Отсюда — то парадоксально-бессильное положение, в котором находится Государственная Дума, и та необычайная фактическая власть, которая принадлежит Государственному Совету.

В Государственной Думе есть большинство, которое с правительством, желающим осуществлять органические реформы и закономерно, в согласии с обещаниями манифеста 17 октября, управлять страной, могло бы работать в полной гармонии. Но в России нет такого правительства — и в этом внешнем, каждодневно дающем себя знать, факте обнаруживается тот внутренний кризис власти, о котором мы говорим. Некоторые при этих условиях склонны говорить о параличе законодательной власти и рекомендовать для его излечения героические средства новых и новых нарушений основных законов. Весьма характерно, что эта постыдная революционная пропаганда ведется на столбцах периодических изданий, которые считаются влиятельными в так называемых "сферах". То, что это возможно, свидетельствует об ужасающем упадке политической морали в стране. Плачевная пропаганда непрерывного правонарушения есть некоторый pendant [14] к той идее непрерывной революции, которую проповедовали крайние элементы в 1905 — 1906 гг. Эта пропаганда, в сущности, представляет лишь один из самых ярких симптомов все того же внутреннего кризиса власти.

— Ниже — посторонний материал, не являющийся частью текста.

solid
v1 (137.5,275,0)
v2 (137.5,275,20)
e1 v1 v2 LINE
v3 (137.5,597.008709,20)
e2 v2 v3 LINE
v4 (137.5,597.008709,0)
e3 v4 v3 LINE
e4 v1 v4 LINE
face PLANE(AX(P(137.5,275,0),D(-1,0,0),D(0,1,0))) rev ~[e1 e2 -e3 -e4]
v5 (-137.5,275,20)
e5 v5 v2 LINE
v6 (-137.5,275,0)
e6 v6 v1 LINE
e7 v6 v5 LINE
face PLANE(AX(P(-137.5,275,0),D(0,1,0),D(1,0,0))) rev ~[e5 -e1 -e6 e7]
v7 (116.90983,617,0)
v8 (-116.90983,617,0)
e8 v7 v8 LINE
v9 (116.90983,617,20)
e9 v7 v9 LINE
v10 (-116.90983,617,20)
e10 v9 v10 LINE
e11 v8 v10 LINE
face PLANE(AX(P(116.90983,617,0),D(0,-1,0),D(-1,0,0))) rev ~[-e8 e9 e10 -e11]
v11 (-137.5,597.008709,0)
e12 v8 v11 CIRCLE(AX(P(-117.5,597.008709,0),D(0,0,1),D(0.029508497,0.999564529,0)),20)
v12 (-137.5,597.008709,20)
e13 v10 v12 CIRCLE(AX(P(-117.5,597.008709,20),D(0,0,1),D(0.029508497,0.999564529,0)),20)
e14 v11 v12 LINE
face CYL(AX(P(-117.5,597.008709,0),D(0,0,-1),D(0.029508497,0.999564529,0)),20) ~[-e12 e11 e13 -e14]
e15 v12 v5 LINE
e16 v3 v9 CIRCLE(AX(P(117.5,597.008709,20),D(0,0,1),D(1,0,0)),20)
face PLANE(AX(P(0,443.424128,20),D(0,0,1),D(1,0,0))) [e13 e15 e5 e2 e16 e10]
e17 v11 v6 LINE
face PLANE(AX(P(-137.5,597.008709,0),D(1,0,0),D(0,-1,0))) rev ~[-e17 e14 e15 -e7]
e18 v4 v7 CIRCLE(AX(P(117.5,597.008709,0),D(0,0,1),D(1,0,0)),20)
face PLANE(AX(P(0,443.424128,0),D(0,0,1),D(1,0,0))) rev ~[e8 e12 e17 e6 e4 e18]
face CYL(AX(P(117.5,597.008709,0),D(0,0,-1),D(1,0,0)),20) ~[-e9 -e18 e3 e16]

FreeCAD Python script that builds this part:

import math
import FreeCAD as App
import Part
import Sketcher

doc = App.newDocument("Part")
body = doc.addObject("PartDesign::Body", "Body")

# Sketch on XY plane
sketch1 = body.newObject("Sketcher::SketchObject", "Sketch")
sketch1.AttachmentSupport = (doc.getObject("XY_Plane"), [""])
sketch1.MapMode = "FlatFace"
sketch1.addGeometry(Part.ArcOfCircle(Part.Circle(App.Vector(118, 597, 0), App.Vector(0, 0, 1), 20), math.radians(0), math.radians(92)), False)
sketch1.addGeometry(Part.LineSegment(App.Vector(117, 617, 0), App.Vector(-117, 617, 0)), False)
sketch1.addGeometry(Part.ArcOfCircle(Part.Circle(App.Vector(-118, 597, 0), App.Vector(0, 0, 1), 20), math.radians(88), math.radians(180)), False)
sketch1.addGeometry(Part.LineSegment(App.Vector(-138, 597, 0), App.Vector(-138, 275, 0)), False)
sketch1.addGeometry(Part.LineSegment(App.Vector(-138, 275, 0), App.Vector(138, 275, 0)), False)
sketch1.addGeometry(Part.LineSegment(App.Vector(138, 275, 0), App.Vector(138, 597, 0)), False)
sketch1.addConstraint(Sketcher.Constraint("Coincident", 0, 2, 1, 1))
sketch1.addConstraint(Sketcher.Constraint("Coincident", 1, 2, 2, 1))
sketch1.addConstraint(Sketcher.Constraint("Tangent", 2, 2, 3, 1))
sketch1.addConstraint(Sketcher.Constraint("Coincident", 3, 2, 4, 1))
sketch1.addConstraint(Sketcher.Constraint("Coincident", 4, 2, 5, 1))
sketch1.addConstraint(Sketcher.Constraint("Tangent", 5, 2, 0, 1))
sketch1.addConstraint(Sketcher.Constraint("Horizontal", 1))
sketch1.addConstraint(Sketcher.Constraint("Vertical", 3))
sketch1.addConstraint(Sketcher.Constraint("Horizontal", 4))
sketch1.addConstraint(Sketcher.Constraint("Vertical", 5))
sketch1.addConstraint(Sketcher.Constraint("Equal", 0, 2))
sketch1.addConstraint(Sketcher.Constraint("Symmetric", 0, 3, 2, 3, -2))
sketch1.addConstraint(Sketcher.Constraint("Radius", 0, 20.0))
sketch1.addConstraint(Sketcher.Constraint("DistanceX", 4, 1, 4, 2, 275.0))
sketch1.addConstraint(Sketcher.Constraint("DistanceY", -1, 1, 0, 2, 617.0))
sketch1.addConstraint(Sketcher.Constraint("DistanceY", -1, 1, 3, 2, 275.0))
sketch1.addConstraint(Sketcher.Constraint("DistanceX", 1, 2, 1, 1, 233.81966))
pad1 = body.newObject("PartDesign::Pad", "Pad")
pad1.Profile = sketch1
pad1.Length = 20

doc.recompute()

Суть этого кризиса заключается в стремлении сохранить в России XX века для власти такие условия существования, такие формы и приемы деятельности, для которых во внутренних отношениях страны нет уже более никаких — ни духовных, ни материальных — устоев. Это либо неумно, либо неправдиво. По правде говоря, тут есть и то и другое. Государственная Дума с точки зрения этого, только что охарактеризованного, стремления есть не равноправный фактор власти, не участник властвования, а какое-то присутственное место с особыми распорядками и особым способом пополнения своего "личного состава". С этой точки зрения вполне последовательно стремиться к превращению Государственной Думы в "законосовещательное" учреждение, мнения и постановления которого ни в каком смысле не обязательны для власти. Мы не станем критиковать этой программы с точки зрения "конституционного идеала". Не это важно и интересно для нас в настоящем случае. Конституционные идеалы как идеалы ни для кого не обязательны. Но те, кто рекомендует вести политический корабль по такой линии, должны считаться с тем, к чему их программа приведет. А именно осуществление их программы поставит власть в то же самое положение, в котором она уже находилась до 1905 г., с одним существенным, однако, различием: власть будет находиться в таком положении теперь после 1905 г., т.е. после того величайшего переворота в политическом и культурном миросозерцании русского народа, в силу которого стало возможным химическое соединение народа с интеллигенцией.

Какой же выход из создавшегося положения?

Выходов может быть только два: либо постепенное нарастание государственной смуты, в которой средние классы и выражающие их умеренные элементы вновь будут оттеснены на задний план стихийным напором народных масс, вдохновляемых крайними элементами, либо оздоровление власти.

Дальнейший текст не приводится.